### WHAT THE EXERCISE ASKS
Only those lines in the data below from the line containing "v -25 -70 0" through the line containing "f 118 117 229", both included, should be restated word for word.

### EXERCISE DATA
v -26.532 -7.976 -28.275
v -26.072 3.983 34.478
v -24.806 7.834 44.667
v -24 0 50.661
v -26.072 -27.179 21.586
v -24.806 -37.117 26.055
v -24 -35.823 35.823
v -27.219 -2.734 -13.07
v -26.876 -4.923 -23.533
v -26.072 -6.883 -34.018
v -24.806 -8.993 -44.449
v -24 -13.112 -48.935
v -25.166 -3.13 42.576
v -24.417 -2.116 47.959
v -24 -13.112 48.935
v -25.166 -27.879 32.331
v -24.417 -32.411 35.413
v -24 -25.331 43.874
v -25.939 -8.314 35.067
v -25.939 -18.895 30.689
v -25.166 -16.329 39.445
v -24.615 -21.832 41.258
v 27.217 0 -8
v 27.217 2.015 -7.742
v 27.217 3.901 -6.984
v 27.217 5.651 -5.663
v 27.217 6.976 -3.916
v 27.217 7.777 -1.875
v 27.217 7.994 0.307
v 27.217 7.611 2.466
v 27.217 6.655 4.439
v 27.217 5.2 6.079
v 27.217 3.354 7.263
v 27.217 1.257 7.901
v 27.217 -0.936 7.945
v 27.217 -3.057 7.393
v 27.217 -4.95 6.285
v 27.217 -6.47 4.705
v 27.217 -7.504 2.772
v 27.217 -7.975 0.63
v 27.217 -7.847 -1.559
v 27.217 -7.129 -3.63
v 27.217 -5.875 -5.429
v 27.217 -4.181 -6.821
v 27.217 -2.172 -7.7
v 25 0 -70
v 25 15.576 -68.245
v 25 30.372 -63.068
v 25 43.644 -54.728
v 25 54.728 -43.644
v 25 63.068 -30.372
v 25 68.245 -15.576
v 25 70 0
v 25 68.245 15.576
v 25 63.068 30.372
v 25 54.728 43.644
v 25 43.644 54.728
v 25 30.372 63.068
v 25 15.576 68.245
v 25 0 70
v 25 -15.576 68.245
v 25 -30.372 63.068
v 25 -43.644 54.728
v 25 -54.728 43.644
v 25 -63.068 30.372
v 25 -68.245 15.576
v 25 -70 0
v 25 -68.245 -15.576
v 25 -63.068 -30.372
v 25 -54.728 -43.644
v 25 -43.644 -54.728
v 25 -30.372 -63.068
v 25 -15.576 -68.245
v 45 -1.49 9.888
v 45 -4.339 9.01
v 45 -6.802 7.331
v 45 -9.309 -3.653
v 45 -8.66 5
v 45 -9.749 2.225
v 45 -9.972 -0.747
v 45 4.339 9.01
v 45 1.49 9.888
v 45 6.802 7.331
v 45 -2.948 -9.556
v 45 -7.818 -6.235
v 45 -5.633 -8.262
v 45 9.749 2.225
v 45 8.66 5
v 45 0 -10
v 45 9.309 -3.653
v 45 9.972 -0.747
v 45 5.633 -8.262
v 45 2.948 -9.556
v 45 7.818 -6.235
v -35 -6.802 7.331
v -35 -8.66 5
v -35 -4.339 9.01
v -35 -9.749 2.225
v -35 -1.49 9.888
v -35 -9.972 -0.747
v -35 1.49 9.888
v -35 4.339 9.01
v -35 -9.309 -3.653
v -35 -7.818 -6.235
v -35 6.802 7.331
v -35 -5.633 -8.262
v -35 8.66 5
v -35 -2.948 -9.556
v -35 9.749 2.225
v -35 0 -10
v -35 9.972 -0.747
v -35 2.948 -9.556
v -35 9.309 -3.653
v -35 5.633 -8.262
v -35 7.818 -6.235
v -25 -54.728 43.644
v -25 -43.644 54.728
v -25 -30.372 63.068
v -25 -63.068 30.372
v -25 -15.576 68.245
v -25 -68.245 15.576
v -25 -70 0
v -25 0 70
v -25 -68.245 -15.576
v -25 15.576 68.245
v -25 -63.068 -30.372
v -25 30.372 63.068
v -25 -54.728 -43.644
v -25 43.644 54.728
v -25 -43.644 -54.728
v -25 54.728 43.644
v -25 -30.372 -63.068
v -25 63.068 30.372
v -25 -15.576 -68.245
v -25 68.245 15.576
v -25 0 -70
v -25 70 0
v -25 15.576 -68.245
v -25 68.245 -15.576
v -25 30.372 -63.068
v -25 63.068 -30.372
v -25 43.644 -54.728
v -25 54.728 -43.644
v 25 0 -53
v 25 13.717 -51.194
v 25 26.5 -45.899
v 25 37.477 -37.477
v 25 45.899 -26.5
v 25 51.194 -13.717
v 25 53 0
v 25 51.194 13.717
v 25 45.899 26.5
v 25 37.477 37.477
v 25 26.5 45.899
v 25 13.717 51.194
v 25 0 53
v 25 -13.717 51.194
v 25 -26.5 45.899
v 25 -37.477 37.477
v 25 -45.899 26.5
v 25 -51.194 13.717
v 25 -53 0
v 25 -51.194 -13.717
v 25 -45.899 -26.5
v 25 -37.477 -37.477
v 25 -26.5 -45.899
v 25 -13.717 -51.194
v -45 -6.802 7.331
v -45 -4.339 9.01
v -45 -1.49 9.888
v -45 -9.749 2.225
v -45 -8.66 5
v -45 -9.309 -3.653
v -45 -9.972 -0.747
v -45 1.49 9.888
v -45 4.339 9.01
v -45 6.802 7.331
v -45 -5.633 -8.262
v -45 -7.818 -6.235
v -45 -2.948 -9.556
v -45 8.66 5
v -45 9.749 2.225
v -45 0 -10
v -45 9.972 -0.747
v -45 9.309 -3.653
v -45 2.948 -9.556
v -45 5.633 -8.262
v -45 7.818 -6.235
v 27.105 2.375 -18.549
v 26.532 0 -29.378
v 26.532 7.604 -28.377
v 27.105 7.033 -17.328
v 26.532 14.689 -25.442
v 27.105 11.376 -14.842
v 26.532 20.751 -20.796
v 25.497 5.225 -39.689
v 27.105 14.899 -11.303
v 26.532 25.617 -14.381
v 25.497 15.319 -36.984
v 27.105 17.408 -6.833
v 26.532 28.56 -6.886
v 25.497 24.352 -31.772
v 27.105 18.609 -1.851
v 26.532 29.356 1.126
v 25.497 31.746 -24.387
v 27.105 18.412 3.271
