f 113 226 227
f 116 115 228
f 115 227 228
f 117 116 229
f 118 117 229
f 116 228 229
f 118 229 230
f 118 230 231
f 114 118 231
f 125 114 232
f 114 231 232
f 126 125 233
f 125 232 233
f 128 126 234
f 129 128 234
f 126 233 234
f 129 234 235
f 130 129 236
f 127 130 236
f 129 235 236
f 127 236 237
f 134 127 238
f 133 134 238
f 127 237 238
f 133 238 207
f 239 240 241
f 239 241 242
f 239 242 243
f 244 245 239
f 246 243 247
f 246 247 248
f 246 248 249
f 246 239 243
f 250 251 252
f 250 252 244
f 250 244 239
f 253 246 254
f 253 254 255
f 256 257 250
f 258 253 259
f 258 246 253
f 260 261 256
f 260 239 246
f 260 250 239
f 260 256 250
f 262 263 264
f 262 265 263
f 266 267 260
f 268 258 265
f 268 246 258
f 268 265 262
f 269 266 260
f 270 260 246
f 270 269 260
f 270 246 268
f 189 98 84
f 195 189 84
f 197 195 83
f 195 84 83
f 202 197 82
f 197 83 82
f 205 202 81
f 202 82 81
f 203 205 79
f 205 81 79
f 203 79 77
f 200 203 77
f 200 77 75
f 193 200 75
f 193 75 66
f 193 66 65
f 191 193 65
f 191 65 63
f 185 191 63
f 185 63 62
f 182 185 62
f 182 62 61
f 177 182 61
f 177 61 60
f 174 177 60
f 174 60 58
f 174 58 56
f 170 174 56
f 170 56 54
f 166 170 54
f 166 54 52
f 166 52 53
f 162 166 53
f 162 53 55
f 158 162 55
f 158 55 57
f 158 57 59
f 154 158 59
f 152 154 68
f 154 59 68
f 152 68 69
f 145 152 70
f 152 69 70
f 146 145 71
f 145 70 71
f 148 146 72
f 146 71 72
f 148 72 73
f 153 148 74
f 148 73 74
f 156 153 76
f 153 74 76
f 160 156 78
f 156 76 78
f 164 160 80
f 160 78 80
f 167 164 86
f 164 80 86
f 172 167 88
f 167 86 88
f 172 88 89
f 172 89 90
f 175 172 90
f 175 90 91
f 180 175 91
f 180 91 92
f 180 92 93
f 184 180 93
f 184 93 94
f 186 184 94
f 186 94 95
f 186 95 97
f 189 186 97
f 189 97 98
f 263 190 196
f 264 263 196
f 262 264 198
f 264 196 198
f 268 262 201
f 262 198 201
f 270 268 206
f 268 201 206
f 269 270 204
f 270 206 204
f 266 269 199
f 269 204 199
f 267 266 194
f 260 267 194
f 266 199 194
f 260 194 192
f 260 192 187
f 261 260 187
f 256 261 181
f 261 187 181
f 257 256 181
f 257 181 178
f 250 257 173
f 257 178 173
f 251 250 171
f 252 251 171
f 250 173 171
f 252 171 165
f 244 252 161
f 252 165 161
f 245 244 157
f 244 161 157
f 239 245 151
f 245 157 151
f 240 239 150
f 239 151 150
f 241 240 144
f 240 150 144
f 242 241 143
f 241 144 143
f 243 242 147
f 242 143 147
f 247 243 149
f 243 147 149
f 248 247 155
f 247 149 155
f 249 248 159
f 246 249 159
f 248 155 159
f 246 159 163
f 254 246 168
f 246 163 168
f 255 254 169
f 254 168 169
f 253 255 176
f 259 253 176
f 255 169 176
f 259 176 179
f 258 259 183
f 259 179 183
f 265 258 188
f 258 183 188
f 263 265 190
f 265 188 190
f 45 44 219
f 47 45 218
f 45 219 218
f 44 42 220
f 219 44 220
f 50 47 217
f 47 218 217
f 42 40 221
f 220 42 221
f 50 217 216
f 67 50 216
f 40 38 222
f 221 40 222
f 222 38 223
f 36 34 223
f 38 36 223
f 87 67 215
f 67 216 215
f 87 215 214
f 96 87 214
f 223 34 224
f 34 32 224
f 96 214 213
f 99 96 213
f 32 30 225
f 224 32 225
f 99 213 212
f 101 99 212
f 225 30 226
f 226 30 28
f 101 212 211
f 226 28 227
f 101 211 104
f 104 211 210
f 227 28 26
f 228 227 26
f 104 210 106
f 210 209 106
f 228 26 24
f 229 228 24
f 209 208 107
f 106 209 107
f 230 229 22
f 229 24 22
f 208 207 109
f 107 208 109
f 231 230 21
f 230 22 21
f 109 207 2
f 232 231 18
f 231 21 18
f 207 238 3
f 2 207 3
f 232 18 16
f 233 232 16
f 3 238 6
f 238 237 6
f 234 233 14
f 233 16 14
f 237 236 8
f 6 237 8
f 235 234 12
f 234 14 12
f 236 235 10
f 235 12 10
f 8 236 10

### REPLY
v -25 -70 0
v -25 0 70
v -25 -68.245 -15.576
v -25 15.576 68.245
v -25 -63.068 -30.372
v -25 30.372 63.068
v -25 -54.728 -43.644
v -25 43.644 54.728
v -25 -43.644 -54.728
v -25 54.728 43.644
v -25 -30.372 -63.068
v -25 63.068 30.372
v -25 -15.576 -68.245
v -25 68.245 15.576
v -25 0 -70
v -25 70 0
v -25 15.576 -68.245
v -25 68.245 -15.576
v -25 30.372 -63.068
v -25 63.068 -30.372
v -25 43.644 -54.728
v -25 54.728 -43.644
v 25 0 -53
v 25 13.717 -51.194
v 25 26.5 -45.899
v 25 37.477 -37.477
v 25 45.899 -26.5
v 25 51.194 -13.717
v 25 53 0
v 25 51.194 13.717
v 25 45.899 26.5
v 25 37.477 37.477
v 25 26.5 45.899
v 25 13.717 51.194
v 25 0 53
v 25 -13.717 51.194
v 25 -26.5 45.899
v 25 -37.477 37.477
v 25 -45.899 26.5
v 25 -51.194 13.717
v 25 -53 0
v 25 -51.194 -13.717
v 25 -45.899 -26.5
v 25 -37.477 -37.477
v 25 -26.5 -45.899
v 25 -13.717 -51.194
v -45 -6.802 7.331
v -45 -4.339 9.01
v -45 -1.49 9.888
v -45 -9.749 2.225
v -45 -8.66 5
v -45 -9.309 -3.653
v -45 -9.972 -0.747
v -45 1.49 9.888
v -45 4.339 9.01
v -45 6.802 7.331
v -45 -5.633 -8.262
v -45 -7.818 -6.235
v -45 -2.948 -9.556
v -45 8.66 5
v -45 9.749 2.225
v -45 0 -10
v -45 9.972 -0.747
v -45 9.309 -3.653
v -45 2.948 -9.556
v -45 5.633 -8.262
v -45 7.818 -6.235
v 27.105 2.375 -18.549
v 26.532 0 -29.378
v 26.532 7.604 -28.377
v 27.105 7.033 -17.328
v 26.532 14.689 -25.442
v 27.105 11.376 -14.842
v 26.532 20.751 -20.796
v 25.497 5.225 -39.689
v 27.105 14.899 -11.303
v 26.532 25.617 -14.381
v 25.497 15.319 -36.984
v 27.105 17.408 -6.833
v 26.532 28.56 -6.886
v 25.497 24.352 -31.772
v 27.105 18.609 -1.851
v 26.532 29.356 1.126
v 25.497 31.746 -24.387
v 27.105 18.412 3.271
f 113 226 227
f 116 115 228
f 115 227 228
f 117 116 229
f 118 117 229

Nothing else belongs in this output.